4.1.16. solveAstrometry¶
Performs the astrometric calibration of a set of images, in principle previously reduced, but not mandatory; this routine is built on top of Astromety.net tool.
Usage:
Options:
-h, --help show this help message and exit
-s SOURCE_FILE, --source=SOURCE_FILE
Source file list of data frames. It can be a file or directory name.
-o OUTPUT_DIR, --output_dir=OUTPUT_DIR
Place all output files in the specified directory [default=/tmp]

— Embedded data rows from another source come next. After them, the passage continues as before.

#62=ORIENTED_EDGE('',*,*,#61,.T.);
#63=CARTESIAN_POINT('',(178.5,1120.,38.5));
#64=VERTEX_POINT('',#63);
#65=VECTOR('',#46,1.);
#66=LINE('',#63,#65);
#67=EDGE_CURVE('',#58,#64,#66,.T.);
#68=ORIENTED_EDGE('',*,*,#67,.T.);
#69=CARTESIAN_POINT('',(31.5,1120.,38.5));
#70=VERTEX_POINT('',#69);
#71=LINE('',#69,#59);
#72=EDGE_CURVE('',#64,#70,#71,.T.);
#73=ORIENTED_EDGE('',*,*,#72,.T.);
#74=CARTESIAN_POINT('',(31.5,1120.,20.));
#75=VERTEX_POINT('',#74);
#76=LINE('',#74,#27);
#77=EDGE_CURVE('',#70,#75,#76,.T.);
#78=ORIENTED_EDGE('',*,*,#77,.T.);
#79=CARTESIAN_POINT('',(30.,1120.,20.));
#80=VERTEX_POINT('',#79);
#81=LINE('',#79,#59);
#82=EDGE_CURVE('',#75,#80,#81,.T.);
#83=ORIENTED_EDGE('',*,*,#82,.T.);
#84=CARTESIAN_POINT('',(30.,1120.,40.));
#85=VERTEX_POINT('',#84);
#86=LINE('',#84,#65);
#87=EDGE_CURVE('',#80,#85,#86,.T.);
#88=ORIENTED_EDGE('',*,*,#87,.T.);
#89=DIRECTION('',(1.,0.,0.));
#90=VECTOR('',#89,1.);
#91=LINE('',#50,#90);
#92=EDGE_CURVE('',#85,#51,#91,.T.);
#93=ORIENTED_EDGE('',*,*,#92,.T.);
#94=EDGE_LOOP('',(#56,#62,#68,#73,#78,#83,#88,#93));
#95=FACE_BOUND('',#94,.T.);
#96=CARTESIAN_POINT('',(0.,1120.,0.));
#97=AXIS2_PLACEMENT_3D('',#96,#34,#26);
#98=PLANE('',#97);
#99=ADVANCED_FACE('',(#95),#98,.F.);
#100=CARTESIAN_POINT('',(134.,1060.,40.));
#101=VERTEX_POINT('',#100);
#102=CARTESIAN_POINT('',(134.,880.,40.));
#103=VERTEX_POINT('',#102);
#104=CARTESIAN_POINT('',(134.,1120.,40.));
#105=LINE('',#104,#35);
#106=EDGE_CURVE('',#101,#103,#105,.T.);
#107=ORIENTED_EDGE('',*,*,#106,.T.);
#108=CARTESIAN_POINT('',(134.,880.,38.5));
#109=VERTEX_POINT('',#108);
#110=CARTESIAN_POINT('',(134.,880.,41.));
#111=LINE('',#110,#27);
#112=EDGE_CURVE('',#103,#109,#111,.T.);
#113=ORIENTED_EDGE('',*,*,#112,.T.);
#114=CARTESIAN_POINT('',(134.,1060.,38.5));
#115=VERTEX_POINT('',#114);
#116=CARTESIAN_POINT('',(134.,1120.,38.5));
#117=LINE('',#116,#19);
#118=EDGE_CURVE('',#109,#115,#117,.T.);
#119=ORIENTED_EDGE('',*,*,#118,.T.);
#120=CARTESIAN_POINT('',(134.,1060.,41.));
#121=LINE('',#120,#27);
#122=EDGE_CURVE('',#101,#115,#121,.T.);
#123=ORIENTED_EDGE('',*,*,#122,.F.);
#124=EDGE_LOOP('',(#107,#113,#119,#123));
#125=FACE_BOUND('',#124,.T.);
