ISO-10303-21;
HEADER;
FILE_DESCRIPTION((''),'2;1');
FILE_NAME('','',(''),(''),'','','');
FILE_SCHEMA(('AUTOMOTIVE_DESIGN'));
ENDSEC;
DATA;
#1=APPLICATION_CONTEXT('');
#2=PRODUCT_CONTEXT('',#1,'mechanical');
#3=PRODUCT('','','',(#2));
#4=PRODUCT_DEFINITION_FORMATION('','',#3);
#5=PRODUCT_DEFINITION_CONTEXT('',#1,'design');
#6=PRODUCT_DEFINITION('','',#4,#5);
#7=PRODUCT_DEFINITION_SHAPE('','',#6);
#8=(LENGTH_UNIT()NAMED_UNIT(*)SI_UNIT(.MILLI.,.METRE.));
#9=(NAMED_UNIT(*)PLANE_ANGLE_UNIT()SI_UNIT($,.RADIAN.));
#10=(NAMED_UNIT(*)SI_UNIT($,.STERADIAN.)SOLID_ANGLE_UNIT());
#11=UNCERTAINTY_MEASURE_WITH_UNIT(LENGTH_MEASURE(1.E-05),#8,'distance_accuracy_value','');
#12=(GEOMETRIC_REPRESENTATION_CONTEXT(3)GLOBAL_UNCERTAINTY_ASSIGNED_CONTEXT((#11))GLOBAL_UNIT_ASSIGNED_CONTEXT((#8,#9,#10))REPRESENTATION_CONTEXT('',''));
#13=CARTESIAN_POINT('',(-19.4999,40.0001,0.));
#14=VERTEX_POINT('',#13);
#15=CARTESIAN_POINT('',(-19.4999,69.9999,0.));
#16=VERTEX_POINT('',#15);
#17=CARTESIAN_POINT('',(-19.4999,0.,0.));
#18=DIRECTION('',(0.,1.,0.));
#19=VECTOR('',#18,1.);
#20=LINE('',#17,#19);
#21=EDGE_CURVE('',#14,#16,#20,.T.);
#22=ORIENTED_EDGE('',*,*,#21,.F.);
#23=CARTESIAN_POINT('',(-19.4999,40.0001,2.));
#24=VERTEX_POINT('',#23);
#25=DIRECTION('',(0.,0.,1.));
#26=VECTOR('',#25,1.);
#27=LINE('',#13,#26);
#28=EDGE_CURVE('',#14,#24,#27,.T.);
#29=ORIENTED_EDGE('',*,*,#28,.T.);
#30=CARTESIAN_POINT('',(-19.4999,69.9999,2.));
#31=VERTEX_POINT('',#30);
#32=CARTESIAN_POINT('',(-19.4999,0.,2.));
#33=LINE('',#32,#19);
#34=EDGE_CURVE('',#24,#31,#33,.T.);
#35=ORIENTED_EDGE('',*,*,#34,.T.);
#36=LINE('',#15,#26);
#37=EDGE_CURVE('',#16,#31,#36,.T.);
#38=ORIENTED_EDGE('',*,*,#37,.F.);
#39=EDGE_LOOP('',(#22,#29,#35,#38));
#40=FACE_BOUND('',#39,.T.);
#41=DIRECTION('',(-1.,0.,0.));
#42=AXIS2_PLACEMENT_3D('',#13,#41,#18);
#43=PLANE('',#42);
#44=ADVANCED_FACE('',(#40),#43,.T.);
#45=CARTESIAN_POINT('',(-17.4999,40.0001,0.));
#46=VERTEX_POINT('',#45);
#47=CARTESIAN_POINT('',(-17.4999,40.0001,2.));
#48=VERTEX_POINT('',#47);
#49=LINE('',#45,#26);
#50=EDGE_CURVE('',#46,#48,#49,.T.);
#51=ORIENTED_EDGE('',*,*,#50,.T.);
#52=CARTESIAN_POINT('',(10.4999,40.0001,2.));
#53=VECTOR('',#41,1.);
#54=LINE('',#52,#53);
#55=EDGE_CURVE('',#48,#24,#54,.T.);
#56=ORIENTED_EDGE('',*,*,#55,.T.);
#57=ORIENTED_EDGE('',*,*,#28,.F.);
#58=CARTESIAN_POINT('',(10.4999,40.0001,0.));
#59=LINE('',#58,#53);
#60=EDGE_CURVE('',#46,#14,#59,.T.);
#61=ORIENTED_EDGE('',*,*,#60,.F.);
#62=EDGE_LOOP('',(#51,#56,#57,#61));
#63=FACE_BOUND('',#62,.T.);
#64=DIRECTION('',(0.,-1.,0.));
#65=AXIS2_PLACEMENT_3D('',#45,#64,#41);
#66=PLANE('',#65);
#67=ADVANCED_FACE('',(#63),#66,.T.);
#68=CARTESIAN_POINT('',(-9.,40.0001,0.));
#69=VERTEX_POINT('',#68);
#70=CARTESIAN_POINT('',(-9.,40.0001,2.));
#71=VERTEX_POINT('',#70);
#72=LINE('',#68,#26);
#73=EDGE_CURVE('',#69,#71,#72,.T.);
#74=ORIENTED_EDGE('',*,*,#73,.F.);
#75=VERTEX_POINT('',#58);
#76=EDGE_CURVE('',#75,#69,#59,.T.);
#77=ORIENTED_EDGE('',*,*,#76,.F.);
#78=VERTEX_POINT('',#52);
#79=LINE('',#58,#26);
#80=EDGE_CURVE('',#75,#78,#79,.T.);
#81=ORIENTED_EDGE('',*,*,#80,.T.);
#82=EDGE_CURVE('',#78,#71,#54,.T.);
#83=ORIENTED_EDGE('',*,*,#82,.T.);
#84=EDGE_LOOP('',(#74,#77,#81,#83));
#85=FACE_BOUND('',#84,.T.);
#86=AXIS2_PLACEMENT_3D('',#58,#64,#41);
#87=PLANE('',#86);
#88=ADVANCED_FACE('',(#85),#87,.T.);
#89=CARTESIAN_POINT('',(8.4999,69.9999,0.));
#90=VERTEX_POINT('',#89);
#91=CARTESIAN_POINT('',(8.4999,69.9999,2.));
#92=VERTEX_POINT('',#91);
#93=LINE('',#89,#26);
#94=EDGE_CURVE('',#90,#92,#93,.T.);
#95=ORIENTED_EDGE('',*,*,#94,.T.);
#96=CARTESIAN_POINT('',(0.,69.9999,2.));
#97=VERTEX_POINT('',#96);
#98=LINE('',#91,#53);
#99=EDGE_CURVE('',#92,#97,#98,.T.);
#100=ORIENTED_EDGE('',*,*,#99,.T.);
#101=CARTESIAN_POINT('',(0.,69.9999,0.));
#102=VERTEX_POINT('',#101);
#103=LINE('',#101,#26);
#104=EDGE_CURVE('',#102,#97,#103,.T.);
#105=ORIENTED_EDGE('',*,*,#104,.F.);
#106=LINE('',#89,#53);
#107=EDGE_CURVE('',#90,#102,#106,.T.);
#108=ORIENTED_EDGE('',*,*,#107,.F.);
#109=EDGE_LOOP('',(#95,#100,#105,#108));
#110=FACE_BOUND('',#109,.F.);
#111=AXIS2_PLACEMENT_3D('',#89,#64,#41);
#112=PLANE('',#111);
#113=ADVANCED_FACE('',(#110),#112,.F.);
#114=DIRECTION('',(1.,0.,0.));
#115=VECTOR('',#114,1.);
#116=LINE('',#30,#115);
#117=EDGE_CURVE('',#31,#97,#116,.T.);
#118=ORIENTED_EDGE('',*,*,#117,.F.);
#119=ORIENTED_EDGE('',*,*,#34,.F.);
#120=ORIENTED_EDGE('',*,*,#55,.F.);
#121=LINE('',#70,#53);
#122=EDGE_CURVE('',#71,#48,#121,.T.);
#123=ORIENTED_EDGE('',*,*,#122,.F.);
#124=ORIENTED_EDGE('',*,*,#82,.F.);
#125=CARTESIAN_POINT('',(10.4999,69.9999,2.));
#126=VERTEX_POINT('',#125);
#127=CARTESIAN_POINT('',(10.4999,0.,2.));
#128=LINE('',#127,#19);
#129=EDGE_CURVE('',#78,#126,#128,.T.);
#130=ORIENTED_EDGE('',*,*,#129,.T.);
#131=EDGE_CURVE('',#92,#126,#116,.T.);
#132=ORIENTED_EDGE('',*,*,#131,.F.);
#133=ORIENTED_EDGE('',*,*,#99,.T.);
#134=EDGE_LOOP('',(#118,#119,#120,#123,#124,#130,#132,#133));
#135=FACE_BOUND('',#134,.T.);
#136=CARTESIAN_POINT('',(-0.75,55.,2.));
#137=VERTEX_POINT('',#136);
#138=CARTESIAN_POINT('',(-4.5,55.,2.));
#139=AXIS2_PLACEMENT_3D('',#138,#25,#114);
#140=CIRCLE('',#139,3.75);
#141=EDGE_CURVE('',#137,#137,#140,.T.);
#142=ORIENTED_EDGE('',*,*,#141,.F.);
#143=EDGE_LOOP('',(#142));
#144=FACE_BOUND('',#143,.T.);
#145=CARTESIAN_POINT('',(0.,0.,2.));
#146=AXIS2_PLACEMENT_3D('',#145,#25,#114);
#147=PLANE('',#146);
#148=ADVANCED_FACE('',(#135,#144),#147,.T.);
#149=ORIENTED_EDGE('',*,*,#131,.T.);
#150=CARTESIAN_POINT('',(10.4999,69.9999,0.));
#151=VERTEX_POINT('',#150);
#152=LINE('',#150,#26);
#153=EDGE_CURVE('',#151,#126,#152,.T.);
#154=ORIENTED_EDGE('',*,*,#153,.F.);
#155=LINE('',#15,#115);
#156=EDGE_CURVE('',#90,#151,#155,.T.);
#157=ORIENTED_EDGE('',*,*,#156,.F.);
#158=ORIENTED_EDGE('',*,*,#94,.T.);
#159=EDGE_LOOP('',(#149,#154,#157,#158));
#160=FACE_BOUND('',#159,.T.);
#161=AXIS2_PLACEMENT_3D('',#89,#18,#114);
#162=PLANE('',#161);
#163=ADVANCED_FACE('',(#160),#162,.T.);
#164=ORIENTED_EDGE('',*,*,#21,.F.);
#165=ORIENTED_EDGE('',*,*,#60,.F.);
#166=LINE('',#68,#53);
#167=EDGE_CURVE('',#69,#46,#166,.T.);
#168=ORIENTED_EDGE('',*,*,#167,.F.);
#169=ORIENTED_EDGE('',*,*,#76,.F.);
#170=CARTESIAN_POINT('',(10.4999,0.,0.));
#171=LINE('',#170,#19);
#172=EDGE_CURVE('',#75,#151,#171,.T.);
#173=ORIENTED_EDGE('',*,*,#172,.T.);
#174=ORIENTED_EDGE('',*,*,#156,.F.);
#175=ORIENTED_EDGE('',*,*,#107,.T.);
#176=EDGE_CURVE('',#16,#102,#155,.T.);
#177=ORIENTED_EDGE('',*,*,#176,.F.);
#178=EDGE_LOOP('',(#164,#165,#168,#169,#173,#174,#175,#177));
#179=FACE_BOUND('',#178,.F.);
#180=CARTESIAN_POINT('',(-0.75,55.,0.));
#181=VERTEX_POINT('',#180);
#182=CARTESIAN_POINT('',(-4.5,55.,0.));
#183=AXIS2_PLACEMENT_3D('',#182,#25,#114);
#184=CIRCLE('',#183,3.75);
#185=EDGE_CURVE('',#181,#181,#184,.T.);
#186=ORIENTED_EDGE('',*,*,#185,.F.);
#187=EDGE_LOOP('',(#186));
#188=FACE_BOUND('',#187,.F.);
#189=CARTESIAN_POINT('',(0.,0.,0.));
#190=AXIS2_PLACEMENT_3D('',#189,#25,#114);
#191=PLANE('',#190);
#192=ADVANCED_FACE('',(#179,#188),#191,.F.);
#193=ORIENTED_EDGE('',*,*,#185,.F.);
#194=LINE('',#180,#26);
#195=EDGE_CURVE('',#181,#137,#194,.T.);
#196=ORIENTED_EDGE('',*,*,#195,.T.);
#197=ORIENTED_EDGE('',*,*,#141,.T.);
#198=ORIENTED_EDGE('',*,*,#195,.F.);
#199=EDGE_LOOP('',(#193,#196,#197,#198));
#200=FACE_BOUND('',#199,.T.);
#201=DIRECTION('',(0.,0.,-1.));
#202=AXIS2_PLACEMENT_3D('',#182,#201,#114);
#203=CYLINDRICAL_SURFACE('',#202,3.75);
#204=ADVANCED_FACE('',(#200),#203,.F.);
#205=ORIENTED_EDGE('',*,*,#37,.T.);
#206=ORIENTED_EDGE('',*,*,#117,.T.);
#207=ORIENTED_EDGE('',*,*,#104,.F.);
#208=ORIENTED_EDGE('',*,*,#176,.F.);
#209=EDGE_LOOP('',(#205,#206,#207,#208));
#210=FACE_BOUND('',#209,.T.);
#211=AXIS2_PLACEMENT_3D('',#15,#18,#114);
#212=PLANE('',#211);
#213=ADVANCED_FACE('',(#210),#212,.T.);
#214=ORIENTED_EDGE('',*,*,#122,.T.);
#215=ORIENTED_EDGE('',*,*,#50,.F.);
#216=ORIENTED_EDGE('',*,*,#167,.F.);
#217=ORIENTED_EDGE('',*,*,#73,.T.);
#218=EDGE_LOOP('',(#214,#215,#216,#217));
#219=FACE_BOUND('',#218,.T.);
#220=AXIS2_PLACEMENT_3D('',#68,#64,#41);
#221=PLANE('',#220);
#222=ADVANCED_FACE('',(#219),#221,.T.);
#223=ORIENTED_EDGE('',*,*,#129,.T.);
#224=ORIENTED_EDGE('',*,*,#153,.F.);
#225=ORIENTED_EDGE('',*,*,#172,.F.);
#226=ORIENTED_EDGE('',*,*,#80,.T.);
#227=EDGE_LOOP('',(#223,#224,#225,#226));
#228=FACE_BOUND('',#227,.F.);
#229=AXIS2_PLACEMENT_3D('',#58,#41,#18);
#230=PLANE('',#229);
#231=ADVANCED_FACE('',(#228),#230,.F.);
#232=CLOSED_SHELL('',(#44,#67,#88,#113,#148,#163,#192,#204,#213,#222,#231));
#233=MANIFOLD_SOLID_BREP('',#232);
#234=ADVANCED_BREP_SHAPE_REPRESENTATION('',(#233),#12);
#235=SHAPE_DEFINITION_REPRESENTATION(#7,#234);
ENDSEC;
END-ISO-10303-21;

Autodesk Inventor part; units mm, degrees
ref_plane "YZ Plane" through (0, 0, 0) normal (1, 0, 0) x (0, 1, 0)
ref_plane "XZ Plane" through (0, 0, 0) normal (0, 1, 0) x (-1, 0, 0)
ref_plane "XY Plane" through (0, 0, 0) normal (0, 0, 1) x (1, 0, 0)
sketch "Sketch1" plane through (0, 0, 0) normal (0, 0, 1) x (1, 0, 0)
  arc A0 (-5.9942, 51.8019) -> (-3.0058, 51.8019) centre (-4.5, 55) ccw
  line L0 (8.4999, 69.9999) -> (0, 69.9999)
  line L1 (-9, 40.0001) -> (-17.4999, 40.0001)
  line L2 (10.4999, 0) -> (10.4999, 69.9999)
  line L3 (-19.4999, 0) -> (-19.4999, 69.9999)
  line L4 (-19.4999, 69.9999) -> (10.4999, 69.9999)
  line L5 (10.4999, 69.9999) -> (10.4999, 40.0001)
  line L6 (10.4999, 40.0001) -> (-19.4999, 40.0001)
  line L7 (-19.4999, 40.0001) -> (-19.4999, 69.9999)
  circle A1 centre (-4.5, 55) radius 3.75
  point P0 (0, 0)
  dimension "d0" = 29.9999
  dimension "d1" = 29.9999
  dimension "d2" = 14.9999
  dimension "d3" = 7.5
extrude "Plate1" add sketch "Sketch1" along normal blind 2
equation "\"BendRadius\" = Thickness"
equation "\"BendReliefWidth\" = Thickness"
equation "\"BendReliefDepth\" = 0.5 * Thickness"
equation "\"CornerReliefSize\" = 4 * Thickness"
equation "\"MinimumRemnant\" = 2 * Thickness"
equation "\"TransitionRadius\" = BendRadius"
equation "\"JacobiRadiusSize\" = BendRadius"
equation "\"GapSize\" = Thickness"
equation "\"d4\" = BendRadius"
equation "\"Thickness\" = 2"
properties part number "gabarito-30" material "Wood (Oak)"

-p PIXEL_SCALE, --pixel_scale=PIXEL_SCALE
Pixel scale of the images
-r, --recursive Recursive subdirectories (only first level)
4.1.17. remove_cosmics¶
Remove the cosmic ray hits in the input image; it is built on top of Pieter van Dokkum’s L.A.Cosmic algorithm.
Usage:
Options:
-h, --help show this help message and exit
-i INPUT_IMAGE, --input_image=INPUT_IMAGE
input image to remove cosmics
-o OUTPUT_IMAGE, --output=OUTPUT_IMAGE
output filename (default = without_cosmics.fits)
-O, --overwrite overwrite the original image with the corrected one
-m, --mask If true, the mask with cosmics detected and removed is written into a FITS file.